- _ACTIVITY_:
Given the entries that follow, write out exactly the lines starting at the one containing "f 69 71 153" and ending at the one containing "F1_DEPTH = 7", both ends included, and only those.

Dataset entries:
:::
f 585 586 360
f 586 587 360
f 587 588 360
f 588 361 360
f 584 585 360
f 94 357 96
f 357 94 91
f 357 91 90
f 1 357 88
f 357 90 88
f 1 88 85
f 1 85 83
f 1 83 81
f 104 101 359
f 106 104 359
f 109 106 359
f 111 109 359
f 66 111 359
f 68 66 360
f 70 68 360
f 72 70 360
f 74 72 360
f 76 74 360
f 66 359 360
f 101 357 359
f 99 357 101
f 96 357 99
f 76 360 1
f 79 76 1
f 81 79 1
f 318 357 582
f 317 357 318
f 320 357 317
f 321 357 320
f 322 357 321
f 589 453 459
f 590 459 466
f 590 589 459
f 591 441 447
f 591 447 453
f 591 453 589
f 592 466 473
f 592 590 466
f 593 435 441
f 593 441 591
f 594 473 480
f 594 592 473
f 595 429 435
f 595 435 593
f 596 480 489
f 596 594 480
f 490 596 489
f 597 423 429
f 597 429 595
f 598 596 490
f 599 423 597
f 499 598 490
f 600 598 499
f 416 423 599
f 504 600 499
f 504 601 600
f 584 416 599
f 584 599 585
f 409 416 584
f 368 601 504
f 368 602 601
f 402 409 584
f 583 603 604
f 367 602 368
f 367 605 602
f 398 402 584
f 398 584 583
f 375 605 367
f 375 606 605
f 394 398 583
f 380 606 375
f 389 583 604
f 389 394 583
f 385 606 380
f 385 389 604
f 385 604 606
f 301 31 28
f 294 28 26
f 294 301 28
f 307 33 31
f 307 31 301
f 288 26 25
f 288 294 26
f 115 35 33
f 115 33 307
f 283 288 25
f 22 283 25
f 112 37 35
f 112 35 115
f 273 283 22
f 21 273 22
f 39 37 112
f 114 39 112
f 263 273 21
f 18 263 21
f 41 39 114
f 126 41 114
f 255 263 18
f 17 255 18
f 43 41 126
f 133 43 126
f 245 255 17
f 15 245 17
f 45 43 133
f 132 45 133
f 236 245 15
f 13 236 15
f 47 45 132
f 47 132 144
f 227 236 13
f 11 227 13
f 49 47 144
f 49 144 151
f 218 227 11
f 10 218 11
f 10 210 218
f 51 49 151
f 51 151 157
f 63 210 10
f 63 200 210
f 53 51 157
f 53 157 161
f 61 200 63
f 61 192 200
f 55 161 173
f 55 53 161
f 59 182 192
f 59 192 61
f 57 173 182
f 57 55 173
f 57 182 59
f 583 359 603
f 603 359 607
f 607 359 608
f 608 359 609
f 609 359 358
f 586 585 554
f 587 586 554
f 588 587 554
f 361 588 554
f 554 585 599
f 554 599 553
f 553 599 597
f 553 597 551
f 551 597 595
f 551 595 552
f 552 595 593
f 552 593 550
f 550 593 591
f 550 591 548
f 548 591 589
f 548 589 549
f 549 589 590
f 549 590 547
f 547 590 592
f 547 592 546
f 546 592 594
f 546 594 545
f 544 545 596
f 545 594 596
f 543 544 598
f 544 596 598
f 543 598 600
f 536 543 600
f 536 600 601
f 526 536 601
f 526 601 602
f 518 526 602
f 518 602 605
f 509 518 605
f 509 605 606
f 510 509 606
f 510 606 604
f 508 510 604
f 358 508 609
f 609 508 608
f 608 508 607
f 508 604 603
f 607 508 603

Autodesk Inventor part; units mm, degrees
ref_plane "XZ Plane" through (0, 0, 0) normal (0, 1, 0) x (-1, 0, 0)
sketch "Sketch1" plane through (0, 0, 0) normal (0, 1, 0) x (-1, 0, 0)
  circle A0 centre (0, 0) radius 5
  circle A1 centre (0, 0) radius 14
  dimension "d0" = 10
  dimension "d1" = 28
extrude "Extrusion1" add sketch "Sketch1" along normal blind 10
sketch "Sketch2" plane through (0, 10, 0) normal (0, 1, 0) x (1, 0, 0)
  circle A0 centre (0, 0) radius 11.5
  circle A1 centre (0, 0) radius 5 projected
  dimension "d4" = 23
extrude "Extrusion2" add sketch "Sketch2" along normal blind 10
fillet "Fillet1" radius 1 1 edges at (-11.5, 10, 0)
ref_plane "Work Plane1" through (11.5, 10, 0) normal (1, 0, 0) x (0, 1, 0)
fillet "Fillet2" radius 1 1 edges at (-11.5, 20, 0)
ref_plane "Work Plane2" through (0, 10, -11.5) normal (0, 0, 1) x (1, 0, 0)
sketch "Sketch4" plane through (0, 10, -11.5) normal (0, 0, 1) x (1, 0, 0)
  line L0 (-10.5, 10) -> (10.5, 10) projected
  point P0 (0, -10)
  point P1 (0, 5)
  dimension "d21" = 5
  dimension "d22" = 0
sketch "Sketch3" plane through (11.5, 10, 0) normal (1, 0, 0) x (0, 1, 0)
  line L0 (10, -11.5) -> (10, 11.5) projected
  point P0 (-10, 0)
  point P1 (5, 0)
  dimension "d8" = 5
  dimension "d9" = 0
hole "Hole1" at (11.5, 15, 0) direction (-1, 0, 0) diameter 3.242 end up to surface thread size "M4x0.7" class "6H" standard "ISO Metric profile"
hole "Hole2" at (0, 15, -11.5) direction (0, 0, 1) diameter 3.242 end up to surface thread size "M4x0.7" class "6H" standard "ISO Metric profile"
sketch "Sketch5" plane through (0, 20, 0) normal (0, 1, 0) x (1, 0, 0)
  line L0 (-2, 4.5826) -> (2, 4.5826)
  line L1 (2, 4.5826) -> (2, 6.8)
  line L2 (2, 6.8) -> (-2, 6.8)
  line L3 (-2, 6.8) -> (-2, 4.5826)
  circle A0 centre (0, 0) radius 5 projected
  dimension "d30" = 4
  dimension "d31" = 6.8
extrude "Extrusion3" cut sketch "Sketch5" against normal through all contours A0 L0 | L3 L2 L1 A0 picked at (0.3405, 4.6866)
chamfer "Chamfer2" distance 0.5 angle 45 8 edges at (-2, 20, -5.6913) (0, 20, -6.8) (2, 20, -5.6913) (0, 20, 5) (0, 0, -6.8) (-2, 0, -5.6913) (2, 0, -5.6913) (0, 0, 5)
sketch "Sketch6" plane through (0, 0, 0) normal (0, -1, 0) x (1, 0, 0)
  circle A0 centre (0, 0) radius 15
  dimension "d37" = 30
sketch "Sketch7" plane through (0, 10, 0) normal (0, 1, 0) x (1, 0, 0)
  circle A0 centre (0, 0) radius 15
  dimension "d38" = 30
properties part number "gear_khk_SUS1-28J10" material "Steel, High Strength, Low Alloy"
:::
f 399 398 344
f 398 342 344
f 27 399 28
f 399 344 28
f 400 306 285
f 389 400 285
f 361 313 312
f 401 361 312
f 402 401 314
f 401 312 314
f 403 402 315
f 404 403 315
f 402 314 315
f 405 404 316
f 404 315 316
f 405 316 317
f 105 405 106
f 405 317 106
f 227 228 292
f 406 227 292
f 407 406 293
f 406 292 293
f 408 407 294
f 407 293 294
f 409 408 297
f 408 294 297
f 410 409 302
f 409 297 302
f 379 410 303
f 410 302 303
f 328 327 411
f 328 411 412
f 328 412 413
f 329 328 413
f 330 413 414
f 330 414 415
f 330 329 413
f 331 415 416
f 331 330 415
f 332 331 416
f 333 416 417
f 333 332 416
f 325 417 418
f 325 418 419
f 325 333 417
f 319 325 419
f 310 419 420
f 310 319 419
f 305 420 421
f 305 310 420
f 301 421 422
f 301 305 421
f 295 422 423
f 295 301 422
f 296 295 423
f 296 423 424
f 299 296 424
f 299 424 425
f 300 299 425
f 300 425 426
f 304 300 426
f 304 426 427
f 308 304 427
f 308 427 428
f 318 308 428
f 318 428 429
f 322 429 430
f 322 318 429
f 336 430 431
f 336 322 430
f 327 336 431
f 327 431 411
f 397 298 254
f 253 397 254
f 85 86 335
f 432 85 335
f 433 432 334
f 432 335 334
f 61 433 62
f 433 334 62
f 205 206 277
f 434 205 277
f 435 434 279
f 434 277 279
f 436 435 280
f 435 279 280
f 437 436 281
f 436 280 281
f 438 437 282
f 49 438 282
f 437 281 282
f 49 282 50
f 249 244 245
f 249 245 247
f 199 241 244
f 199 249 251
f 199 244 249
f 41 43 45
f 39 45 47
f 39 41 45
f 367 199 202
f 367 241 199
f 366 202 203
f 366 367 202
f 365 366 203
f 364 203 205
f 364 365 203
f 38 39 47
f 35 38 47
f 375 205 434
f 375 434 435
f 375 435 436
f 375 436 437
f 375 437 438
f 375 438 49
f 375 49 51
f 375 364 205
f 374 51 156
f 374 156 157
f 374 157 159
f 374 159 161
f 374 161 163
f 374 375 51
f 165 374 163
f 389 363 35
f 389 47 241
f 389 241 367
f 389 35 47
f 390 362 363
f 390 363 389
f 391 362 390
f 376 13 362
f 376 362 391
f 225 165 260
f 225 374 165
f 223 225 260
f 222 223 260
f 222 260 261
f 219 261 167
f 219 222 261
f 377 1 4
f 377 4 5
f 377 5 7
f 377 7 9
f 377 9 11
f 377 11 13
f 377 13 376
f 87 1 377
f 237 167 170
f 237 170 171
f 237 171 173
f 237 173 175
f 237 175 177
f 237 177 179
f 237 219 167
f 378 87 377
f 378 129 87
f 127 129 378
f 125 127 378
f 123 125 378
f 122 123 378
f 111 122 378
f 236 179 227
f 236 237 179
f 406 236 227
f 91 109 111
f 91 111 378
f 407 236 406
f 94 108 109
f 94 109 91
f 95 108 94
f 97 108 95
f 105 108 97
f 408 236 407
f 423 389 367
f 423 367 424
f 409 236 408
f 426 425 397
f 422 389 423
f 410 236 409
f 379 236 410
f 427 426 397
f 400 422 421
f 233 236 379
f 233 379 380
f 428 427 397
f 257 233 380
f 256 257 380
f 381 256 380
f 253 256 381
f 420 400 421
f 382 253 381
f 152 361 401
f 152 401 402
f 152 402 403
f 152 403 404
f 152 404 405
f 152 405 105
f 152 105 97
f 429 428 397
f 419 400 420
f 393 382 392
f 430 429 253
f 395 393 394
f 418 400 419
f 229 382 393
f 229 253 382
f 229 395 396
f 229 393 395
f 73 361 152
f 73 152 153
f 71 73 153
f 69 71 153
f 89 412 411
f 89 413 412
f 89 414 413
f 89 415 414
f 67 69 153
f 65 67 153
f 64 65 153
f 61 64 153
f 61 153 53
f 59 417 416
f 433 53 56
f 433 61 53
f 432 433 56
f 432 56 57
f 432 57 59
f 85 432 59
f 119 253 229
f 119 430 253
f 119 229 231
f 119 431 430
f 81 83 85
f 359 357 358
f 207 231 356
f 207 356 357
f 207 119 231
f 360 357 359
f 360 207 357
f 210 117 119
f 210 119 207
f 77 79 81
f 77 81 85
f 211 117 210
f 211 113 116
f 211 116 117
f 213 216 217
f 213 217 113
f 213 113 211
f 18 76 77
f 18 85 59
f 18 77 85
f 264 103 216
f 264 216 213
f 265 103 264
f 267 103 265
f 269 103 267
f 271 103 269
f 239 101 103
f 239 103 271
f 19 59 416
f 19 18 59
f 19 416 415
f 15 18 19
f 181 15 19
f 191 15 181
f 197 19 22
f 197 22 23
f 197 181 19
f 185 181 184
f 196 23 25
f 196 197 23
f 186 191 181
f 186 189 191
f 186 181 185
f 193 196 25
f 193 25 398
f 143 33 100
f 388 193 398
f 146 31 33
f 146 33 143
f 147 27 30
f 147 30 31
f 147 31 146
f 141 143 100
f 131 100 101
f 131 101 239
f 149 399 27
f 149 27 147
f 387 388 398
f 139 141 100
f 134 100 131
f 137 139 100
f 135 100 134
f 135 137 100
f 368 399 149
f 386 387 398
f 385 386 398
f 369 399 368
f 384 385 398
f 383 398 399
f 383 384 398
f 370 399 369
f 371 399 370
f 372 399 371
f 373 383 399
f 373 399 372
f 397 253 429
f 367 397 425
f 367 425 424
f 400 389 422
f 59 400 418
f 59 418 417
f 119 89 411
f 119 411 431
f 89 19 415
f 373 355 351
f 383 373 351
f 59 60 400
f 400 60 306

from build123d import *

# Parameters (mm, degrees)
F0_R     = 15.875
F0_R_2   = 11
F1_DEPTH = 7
:::
- _COMPLETED TASK_:
f 69 71 153
f 89 412 411
f 89 413 412
f 89 414 413
f 89 415 414
f 67 69 153
f 65 67 153
f 64 65 153
f 61 64 153
f 61 153 53
f 59 417 416
f 433 53 56
f 433 61 53
f 432 433 56
f 432 56 57
f 432 57 59
f 85 432 59
f 119 253 229
f 119 430 253
f 119 229 231
f 119 431 430
f 81 83 85
f 359 357 358
f 207 231 356
f 207 356 357
f 207 119 231
f 360 357 359
f 360 207 357
f 210 117 119
f 210 119 207
f 77 79 81
f 77 81 85
f 211 117 210
f 211 113 116
f 211 116 117
f 213 216 217
f 213 217 113
f 213 113 211
f 18 76 77
f 18 85 59
f 18 77 85
f 264 103 216
f 264 216 213
f 265 103 264
f 267 103 265
f 269 103 267
f 271 103 269
f 239 101 103
f 239 103 271
f 19 59 416
f 19 18 59
f 19 416 415
f 15 18 19
f 181 15 19
f 191 15 181
f 197 19 22
f 197 22 23
f 197 181 19
f 185 181 184
f 196 23 25
f 196 197 23
f 186 191 181
f 186 189 191
f 186 181 185
f 193 196 25
f 193 25 398
f 143 33 100
f 388 193 398
f 146 31 33
f 146 33 143
f 147 27 30
f 147 30 31
f 147 31 146
f 141 143 100
f 131 100 101
f 131 101 239
f 149 399 27
f 149 27 147
f 387 388 398
f 139 141 100
f 134 100 131
f 137 139 100
f 135 100 134
f 135 137 100
f 368 399 149
f 386 387 398
f 385 386 398
f 369 399 368
f 384 385 398
f 383 398 399
f 383 384 398
f 370 399 369
f 371 399 370
f 372 399 371
f 373 383 399
f 373 399 372
f 397 253 429
f 367 397 425
f 367 425 424
f 400 389 422
f 59 400 418
f 59 418 417
f 119 89 411
f 119 411 431
f 89 19 415
f 373 355 351
f 383 373 351
f 59 60 400
f 400 60 306

from build123d import *

# Parameters (mm, degrees)
F0_R     = 15.875
F0_R_2   = 11
F1_DEPTH = 7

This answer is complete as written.